The biggest difference I have found with putters is the weight and balance. Another thing to look out for is if the putter is offset meaning the shaft is situated in front of the putter head. 

The biggest problem for me with a putter has always been the feel. When I just started up the game I used a Progen putter with a plastic insert which was cheap and was ok for while. Then I started experimenting with other putters I found the ball came of putter faces with a milled finish much better. Now I have the sexy taylormade Imola 8 putter. Feel is the main factor with a putter


----------



## LukeD (Aug 24, 2011)

thanks a bunc for the info fellas. i did pick up a cheap putter to use for a while yesterday at golfsmith for $10 in the used bin.
also used a few of the nicer putters while i was there and i could see where people say its all about feel...piced up a few and didnt like the feel of them at all...then a few jsut felt really nice...when i get a little more experience ill be picking up a nicer one


----------



## FrogsHair (Mar 4, 2010)

Cheap putter can be a bargain. The putter I am using right now came out of a bargain bin. I still think to get most out of a putter, the end user should have a "putter fitting" to match up with their own putting stroke with a specific putter. In a fitting the golfer may find they putt better with blade, or maybe a mallet type. Also with today's well manicured greens, I don't think a putter with a lot of loft is that big of deal anymore. The loft on my putter is some where between 1-2 degrees. With minimal loft I don't have to worry about ball skidding before it starts actually rolling. One good test while in a pro shop is to putt balls off the toe, center, and heel of the putter. When you find a putter that sends the ball reasonably straight, with minimal skidding, off all three face positions, that's a well balanced putter. That's the reason I pick the putter I have out of the bargain bin. 

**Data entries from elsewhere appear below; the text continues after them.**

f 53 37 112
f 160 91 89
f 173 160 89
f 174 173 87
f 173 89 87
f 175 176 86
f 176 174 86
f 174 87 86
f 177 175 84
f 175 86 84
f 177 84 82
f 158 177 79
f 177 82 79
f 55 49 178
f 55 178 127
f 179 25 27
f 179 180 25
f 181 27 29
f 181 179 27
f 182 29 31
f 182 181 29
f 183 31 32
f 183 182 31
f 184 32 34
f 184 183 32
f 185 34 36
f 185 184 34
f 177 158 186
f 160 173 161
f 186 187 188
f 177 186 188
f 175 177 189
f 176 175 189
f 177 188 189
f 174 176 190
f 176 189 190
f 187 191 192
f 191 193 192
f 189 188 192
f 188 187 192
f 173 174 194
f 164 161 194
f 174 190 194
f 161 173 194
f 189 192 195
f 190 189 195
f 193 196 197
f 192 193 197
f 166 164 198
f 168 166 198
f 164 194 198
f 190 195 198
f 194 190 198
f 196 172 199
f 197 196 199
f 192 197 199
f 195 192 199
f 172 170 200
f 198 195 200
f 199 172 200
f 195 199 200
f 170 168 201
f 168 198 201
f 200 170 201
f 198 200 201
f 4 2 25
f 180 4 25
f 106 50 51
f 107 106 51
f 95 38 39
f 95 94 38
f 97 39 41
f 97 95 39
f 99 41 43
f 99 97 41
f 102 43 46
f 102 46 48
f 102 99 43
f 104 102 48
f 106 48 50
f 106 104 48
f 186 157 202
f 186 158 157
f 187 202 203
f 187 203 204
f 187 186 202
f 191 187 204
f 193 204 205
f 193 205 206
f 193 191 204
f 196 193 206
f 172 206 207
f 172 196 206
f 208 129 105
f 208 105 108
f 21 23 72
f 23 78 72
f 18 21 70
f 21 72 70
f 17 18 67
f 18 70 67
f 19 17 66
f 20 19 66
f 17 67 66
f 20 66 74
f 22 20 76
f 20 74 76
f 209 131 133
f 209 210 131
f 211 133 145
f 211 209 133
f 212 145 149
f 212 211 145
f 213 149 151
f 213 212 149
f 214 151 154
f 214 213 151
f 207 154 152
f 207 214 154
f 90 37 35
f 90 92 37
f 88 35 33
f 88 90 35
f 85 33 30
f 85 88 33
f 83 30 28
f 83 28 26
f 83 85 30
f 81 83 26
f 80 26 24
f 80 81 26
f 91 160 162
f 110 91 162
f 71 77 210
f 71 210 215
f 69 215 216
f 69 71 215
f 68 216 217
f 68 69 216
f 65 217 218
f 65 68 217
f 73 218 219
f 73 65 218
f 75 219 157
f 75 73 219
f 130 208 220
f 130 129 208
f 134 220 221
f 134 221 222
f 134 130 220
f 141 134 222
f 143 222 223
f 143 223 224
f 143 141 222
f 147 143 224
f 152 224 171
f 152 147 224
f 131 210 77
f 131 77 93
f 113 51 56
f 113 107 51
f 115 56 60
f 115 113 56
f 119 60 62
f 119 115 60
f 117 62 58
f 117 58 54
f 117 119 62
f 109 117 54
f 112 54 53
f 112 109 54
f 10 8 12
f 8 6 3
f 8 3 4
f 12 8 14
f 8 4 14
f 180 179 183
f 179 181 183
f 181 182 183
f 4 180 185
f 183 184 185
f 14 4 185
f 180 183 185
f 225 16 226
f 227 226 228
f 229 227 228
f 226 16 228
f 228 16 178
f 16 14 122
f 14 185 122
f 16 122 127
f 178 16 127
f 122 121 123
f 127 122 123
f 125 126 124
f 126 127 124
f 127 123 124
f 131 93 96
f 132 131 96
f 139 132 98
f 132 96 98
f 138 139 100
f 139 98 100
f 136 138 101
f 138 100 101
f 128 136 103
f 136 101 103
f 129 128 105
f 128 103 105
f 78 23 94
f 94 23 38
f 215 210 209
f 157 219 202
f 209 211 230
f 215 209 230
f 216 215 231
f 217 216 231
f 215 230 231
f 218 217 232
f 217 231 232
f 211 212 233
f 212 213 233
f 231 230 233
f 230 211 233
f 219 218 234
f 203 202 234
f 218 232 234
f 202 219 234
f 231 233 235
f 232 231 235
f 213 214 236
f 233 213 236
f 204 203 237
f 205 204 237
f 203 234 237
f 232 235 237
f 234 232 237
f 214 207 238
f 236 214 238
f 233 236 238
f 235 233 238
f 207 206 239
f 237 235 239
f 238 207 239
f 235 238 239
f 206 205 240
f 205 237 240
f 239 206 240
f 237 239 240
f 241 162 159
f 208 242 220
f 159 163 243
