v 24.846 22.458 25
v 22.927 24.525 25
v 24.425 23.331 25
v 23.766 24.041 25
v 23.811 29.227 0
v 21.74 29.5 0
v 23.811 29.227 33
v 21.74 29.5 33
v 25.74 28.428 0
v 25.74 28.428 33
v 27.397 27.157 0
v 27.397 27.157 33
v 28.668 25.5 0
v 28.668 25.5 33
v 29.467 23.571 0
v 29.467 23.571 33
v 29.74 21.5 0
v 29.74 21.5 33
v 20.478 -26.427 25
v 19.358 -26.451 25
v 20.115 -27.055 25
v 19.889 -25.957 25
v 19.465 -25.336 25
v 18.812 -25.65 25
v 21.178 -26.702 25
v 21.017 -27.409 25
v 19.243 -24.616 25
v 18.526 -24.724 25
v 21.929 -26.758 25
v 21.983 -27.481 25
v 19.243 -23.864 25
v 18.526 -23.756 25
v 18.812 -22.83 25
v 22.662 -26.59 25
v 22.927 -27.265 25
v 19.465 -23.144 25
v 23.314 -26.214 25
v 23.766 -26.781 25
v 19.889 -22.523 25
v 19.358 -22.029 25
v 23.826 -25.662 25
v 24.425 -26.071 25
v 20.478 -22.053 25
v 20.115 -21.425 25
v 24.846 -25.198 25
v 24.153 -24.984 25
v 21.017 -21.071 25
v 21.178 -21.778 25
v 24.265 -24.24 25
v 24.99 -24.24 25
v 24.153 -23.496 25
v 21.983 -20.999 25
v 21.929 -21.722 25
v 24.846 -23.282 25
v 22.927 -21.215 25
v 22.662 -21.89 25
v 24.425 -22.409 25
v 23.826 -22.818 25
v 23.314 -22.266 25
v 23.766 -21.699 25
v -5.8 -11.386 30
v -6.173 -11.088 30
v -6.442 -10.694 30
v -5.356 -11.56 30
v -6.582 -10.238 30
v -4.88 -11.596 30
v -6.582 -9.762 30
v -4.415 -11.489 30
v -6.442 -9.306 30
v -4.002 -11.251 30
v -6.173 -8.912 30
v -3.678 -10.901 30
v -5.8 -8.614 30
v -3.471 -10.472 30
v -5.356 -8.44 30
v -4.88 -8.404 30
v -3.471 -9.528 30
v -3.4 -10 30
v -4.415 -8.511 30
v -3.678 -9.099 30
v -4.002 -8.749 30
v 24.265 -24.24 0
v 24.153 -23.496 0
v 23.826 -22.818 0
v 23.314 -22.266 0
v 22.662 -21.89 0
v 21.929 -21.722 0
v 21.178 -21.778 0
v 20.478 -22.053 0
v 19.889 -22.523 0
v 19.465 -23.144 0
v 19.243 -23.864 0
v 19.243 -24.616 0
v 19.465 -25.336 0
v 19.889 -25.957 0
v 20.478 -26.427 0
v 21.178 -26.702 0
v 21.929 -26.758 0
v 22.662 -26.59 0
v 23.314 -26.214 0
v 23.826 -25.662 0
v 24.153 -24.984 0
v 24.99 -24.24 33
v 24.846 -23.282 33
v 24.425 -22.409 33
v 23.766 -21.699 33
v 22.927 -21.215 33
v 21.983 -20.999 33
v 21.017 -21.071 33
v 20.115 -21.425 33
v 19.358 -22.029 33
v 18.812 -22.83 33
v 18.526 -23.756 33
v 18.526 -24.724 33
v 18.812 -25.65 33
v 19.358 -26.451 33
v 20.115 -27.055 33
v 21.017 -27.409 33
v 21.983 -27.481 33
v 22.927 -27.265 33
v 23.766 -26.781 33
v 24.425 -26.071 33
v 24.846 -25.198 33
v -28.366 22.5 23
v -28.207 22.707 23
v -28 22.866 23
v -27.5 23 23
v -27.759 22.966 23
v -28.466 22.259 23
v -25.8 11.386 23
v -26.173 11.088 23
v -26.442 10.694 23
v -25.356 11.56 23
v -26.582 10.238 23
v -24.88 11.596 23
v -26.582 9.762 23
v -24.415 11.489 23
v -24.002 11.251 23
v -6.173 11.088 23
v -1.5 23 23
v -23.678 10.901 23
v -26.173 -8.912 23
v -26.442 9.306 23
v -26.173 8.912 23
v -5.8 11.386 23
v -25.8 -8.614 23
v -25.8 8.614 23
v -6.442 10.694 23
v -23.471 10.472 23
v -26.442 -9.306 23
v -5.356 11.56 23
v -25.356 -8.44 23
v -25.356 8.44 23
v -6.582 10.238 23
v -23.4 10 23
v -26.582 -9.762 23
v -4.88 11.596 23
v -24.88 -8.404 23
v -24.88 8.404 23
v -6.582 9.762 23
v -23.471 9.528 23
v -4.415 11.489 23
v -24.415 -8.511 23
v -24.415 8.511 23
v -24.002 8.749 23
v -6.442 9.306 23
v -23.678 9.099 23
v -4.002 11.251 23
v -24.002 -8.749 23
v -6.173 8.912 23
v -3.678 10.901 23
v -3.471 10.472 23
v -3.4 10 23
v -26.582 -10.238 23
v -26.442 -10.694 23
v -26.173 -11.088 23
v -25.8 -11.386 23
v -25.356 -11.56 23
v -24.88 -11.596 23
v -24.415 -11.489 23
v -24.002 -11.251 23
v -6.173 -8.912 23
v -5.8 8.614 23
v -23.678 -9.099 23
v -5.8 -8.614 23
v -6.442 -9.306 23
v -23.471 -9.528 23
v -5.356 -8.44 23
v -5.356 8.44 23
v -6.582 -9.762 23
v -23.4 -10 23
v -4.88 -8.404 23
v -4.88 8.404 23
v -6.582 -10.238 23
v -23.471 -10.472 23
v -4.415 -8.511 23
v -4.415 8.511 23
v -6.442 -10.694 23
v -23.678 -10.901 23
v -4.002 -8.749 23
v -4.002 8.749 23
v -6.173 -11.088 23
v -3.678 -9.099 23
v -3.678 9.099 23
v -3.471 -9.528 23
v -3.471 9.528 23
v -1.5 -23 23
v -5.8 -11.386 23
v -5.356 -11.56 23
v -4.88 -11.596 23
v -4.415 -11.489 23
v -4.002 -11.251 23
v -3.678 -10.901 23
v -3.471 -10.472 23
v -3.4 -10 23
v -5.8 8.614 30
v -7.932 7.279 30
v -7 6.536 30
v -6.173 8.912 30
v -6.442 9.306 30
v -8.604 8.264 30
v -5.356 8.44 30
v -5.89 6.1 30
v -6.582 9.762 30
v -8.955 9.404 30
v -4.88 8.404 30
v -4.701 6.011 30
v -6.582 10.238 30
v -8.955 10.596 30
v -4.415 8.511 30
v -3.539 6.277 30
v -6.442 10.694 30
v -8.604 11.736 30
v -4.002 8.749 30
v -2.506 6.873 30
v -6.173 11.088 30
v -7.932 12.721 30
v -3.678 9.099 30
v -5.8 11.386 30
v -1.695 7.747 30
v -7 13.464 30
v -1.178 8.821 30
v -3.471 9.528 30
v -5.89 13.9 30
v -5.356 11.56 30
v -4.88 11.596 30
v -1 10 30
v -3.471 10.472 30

Here's some more on putters; http://john-hoskison.suite101.com/choose-best-putter-for-your-stroke-pga-tip-a112373

http://www.golfalot.com/Equipment/BuyingGuides/Putters.aspx


----------



## LukeD (Aug 24, 2011)

FrogsHair said:


> Cheap putter can be a bargain. The putter I am using right now came out of a bargain bin. I still think to get most out of a putter, the end user should have a "putter fitting" to match up with their own putting stroke with a specific putter. In a fitting the golfer may find they putt better with blade, or maybe a mallet type. Also with today's well manicured greens, I don't think a putter with a lot of loft is that big of deal anymore. The loft on my putter is some where between 1-2 degrees. With minimal loft I don't have to worry about ball skidding before it starts actually rolling. One good test while in a pro shop is to putt balls off the toe, center, and heel of the putter. When you find a putter that sends the ball reasonably straight, with minimal skidding, off all three face positions, that's a well balanced putter. That's the reason I pick the putter I have out of the bargain bin.


Thanks for the tip on that Frogshair...ill have to try that when i go to get a little better one...thinkin im gonna let my boy have this one when im done with it


----------